Requirement> Return the lines below exactly as they appear, please, starting with the first and ending with the one that contains "f 537 208 557".
Top of The input
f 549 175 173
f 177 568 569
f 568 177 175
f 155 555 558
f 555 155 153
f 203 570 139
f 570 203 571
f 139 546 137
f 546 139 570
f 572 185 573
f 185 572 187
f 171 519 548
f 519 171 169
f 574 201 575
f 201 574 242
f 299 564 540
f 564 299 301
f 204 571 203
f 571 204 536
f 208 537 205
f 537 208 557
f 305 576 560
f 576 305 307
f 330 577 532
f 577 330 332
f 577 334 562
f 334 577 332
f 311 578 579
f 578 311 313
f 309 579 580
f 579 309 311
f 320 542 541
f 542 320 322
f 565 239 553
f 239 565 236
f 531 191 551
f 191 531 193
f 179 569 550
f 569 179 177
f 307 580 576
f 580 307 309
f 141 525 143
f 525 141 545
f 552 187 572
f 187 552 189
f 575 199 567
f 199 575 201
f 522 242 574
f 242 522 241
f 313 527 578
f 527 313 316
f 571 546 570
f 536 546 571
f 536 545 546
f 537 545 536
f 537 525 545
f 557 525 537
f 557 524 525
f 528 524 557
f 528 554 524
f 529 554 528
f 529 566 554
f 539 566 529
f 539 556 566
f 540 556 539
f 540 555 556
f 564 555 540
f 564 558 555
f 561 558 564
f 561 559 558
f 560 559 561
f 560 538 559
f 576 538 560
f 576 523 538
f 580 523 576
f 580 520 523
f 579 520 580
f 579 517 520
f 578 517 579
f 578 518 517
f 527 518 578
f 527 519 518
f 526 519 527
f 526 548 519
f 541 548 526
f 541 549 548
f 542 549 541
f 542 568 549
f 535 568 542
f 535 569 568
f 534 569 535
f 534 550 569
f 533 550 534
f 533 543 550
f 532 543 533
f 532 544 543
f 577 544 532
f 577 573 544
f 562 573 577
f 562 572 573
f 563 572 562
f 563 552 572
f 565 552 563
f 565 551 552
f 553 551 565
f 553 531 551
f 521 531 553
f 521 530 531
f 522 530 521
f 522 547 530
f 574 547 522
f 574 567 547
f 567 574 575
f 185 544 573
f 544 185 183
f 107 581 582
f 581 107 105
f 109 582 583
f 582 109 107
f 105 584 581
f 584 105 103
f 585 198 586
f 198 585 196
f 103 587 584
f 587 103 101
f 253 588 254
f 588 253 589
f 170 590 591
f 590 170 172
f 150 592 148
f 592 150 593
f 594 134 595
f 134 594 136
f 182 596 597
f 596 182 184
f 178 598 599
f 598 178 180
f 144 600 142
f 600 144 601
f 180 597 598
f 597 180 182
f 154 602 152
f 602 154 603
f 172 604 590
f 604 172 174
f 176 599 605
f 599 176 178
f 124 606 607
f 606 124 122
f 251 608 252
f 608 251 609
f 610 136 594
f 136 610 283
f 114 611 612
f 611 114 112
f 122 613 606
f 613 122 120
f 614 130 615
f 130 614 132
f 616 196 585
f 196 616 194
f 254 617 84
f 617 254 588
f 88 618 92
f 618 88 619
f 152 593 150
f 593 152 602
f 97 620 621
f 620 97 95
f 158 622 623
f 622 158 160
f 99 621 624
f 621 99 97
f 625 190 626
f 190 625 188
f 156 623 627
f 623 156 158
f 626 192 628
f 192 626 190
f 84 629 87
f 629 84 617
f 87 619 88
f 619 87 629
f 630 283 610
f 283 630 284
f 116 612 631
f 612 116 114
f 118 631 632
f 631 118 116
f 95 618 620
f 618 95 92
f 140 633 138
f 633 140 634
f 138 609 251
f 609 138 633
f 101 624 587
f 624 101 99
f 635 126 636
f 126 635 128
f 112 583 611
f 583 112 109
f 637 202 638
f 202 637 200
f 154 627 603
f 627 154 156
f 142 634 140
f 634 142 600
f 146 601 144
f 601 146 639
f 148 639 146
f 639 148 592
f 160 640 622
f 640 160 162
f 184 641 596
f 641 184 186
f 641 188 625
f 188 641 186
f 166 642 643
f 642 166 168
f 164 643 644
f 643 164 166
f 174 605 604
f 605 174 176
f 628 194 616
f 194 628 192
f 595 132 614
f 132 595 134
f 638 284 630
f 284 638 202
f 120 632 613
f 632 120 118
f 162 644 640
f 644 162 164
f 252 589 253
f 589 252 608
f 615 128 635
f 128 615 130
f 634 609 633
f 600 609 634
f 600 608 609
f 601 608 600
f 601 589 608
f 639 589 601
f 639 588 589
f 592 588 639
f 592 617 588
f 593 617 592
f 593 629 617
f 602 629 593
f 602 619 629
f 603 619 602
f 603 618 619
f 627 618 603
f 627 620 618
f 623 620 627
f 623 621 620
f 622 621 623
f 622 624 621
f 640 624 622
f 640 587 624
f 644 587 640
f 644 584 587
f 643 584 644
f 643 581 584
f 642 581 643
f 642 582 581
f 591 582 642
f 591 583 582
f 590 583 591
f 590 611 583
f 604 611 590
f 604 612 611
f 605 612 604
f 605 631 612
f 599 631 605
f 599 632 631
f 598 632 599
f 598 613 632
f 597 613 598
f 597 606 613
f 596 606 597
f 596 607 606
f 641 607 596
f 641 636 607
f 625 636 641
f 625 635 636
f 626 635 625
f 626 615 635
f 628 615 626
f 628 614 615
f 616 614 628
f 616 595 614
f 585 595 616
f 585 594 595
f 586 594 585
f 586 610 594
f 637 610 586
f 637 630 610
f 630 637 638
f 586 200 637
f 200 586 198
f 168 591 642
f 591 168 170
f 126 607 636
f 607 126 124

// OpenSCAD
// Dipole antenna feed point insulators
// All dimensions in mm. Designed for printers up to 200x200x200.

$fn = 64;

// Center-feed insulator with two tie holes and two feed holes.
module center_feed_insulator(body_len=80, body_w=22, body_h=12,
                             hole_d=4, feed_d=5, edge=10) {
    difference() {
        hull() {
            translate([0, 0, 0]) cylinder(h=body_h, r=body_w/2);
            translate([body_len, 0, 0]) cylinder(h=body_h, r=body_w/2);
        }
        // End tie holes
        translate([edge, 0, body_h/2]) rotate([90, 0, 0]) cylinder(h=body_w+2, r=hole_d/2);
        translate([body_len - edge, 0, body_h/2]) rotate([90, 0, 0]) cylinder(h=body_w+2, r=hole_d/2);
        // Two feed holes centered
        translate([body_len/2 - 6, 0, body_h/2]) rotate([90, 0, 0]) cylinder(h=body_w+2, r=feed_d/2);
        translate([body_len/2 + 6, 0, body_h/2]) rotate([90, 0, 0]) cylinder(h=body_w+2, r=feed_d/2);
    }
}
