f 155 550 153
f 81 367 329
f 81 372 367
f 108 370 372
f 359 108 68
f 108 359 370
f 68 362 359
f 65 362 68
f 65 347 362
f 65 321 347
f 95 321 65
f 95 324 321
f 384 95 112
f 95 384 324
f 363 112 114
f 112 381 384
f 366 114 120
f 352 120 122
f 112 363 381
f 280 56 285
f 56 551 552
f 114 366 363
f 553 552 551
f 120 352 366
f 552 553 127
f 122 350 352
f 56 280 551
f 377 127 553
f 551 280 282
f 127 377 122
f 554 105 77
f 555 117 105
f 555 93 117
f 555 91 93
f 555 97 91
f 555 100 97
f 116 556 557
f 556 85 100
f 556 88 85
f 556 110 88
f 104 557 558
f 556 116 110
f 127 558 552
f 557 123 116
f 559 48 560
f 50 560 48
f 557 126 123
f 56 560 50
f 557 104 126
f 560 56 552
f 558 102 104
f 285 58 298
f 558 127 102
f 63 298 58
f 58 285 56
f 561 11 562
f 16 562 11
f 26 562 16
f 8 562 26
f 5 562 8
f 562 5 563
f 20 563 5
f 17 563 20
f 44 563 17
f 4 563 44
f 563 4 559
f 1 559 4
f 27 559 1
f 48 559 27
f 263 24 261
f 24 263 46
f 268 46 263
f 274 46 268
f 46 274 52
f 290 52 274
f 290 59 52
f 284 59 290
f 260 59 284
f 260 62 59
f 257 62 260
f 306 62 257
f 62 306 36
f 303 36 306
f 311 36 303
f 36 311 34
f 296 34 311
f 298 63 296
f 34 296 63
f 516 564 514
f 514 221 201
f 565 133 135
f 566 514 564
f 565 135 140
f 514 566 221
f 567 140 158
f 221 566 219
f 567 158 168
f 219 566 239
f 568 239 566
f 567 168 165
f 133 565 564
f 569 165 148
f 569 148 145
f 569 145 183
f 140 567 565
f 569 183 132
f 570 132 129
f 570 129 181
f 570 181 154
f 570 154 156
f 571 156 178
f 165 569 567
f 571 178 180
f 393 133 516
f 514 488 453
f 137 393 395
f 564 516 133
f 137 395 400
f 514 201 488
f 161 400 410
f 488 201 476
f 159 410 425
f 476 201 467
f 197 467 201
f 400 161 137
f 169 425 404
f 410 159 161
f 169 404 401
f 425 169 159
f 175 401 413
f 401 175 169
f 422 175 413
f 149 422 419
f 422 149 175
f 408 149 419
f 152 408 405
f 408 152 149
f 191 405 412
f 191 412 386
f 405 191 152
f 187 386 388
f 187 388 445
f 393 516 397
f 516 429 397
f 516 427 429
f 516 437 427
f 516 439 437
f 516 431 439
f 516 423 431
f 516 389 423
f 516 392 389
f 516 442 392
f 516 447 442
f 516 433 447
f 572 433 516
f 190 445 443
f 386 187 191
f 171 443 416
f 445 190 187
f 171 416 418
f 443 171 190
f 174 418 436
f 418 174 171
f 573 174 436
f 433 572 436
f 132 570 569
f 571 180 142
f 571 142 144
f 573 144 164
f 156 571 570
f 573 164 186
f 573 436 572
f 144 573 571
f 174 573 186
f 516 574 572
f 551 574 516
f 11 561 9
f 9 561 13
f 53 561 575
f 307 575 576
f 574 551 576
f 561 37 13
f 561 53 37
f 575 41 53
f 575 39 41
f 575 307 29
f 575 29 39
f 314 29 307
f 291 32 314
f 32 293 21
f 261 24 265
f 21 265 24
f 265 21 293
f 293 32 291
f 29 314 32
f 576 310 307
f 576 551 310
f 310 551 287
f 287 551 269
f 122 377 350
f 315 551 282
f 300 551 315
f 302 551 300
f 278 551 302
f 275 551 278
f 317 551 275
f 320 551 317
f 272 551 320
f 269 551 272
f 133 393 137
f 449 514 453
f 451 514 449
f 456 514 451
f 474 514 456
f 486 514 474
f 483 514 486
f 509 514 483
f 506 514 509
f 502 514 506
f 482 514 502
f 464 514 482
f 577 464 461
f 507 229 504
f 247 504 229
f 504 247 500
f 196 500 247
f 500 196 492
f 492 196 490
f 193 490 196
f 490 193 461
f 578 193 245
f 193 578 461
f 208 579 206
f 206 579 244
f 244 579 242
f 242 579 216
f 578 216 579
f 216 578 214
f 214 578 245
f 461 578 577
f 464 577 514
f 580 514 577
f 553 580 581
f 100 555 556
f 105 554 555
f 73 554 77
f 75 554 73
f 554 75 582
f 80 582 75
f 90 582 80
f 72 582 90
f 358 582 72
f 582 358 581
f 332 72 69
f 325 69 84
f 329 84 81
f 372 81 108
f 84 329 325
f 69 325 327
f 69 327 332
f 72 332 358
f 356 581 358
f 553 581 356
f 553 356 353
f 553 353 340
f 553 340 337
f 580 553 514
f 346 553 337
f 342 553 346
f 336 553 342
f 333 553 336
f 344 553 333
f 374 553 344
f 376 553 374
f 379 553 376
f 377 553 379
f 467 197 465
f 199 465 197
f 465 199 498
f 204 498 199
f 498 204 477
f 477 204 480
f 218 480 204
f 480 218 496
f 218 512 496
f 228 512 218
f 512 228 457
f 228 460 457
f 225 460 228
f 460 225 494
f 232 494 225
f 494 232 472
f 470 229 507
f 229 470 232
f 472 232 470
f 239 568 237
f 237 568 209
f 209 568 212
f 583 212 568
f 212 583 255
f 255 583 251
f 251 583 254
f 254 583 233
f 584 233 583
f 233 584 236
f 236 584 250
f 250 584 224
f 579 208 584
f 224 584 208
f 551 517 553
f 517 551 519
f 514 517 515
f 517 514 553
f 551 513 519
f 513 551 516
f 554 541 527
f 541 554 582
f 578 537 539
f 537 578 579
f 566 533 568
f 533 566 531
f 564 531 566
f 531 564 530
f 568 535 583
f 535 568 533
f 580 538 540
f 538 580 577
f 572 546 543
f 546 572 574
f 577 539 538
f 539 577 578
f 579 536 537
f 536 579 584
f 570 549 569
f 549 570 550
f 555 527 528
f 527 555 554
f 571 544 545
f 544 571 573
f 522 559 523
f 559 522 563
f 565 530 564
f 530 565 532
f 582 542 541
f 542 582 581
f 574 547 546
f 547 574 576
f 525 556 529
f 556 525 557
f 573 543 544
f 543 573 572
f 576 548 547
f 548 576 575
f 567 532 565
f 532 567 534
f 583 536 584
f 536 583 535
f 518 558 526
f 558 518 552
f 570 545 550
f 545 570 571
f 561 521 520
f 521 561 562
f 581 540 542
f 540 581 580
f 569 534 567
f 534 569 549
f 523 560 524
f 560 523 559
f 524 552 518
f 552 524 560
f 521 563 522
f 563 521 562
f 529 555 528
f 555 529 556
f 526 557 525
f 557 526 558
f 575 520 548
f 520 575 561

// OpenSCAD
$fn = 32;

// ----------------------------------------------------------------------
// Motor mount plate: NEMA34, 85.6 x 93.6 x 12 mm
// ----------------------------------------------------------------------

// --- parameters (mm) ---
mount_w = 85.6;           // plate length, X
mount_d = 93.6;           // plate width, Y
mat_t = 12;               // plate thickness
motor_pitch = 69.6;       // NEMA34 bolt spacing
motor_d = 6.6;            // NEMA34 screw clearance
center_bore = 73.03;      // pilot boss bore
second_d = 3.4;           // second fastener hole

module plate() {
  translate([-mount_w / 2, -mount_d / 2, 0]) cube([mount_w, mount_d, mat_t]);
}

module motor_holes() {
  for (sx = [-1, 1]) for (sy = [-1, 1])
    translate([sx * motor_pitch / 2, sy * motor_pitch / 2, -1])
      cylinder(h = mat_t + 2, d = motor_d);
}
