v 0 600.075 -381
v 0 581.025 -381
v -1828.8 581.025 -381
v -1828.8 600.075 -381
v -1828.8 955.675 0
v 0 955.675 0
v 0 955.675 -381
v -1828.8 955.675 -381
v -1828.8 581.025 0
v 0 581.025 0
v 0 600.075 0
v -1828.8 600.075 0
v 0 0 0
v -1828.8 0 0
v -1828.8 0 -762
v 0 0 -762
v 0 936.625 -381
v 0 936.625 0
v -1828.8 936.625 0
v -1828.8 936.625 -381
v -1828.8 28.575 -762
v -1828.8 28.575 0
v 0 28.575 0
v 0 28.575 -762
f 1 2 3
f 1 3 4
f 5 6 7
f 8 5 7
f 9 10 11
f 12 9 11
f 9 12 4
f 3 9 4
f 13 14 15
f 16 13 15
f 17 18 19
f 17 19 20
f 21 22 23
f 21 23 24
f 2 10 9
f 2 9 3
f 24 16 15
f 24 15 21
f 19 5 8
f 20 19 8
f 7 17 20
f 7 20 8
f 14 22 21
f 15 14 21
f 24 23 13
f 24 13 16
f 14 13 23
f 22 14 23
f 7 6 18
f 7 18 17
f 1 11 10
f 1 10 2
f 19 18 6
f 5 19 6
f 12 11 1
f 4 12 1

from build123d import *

# Parameters (mm, degrees)
SKETCH1_W             = 762
SKETCH1_H             = 28.575
BOSS_EXTRUDE1_DEPTH   = 1828.8
SKETCH1_W_2           = 381
SKETCH1_H_2           = 19.05
BOSS_EXTRUDE1_2_DEPTH = 1828.8
BOSS_EXTRUDE1_3_DEPTH = 1828.8


with BuildPart() as part:
    # Sketch1 → Boss-Extrude1 (new body)
    with BuildSketch(Plane(origin=(0, 0, 0), x_dir=(0, 0, -1), z_dir=(1, 0, 0))):
        with Locations((381, 14.2875)):
            Rectangle(SKETCH1_W, SKETCH1_H)
    extrude(amount=-BOSS_EXTRUDE1_DEPTH)


with BuildPart() as body_2:
    # Sketch1 → Boss-Extrude1 2 (new body)
    with BuildSketch(Plane(origin=(0, 0, 0), x_dir=(0, 0, -1), z_dir=(1, 0, 0))):
        with Locations((190.5, 590.55)):
            Rectangle(SKETCH1_W_2, SKETCH1_H_2)
    extrude(amount=-BOSS_EXTRUDE1_2_DEPTH)


with BuildPart() as body_3:
    # Sketch1 → Boss-Extrude1 3 (new body)
    with BuildSketch(Plane(origin=(0, 0, 0), x_dir=(0, 0, -1), z_dir=(1, 0, 0))):
        with Locations((190.5, 946.15)):
            Rectangle(SKETCH1_W_2, SKETCH1_H_2)
    extrude(amount=-BOSS_EXTRUDE1_3_DEPTH)


solid = Compound([part.part, body_2.part, body_3.part])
Bottom of The input
The answer>
f 549 175 173
f 177 568 569
f 568 177 175
f 155 555 558
f 555 155 153
f 203 570 139
f 570 203 571
f 139 546 137
f 546 139 570
f 572 185 573
f 185 572 187
f 171 519 548
f 519 171 169
f 574 201 575
f 201 574 242
f 299 564 540
f 564 299 301
f 204 571 203
f 571 204 536
f 208 537 205
f 537 208 557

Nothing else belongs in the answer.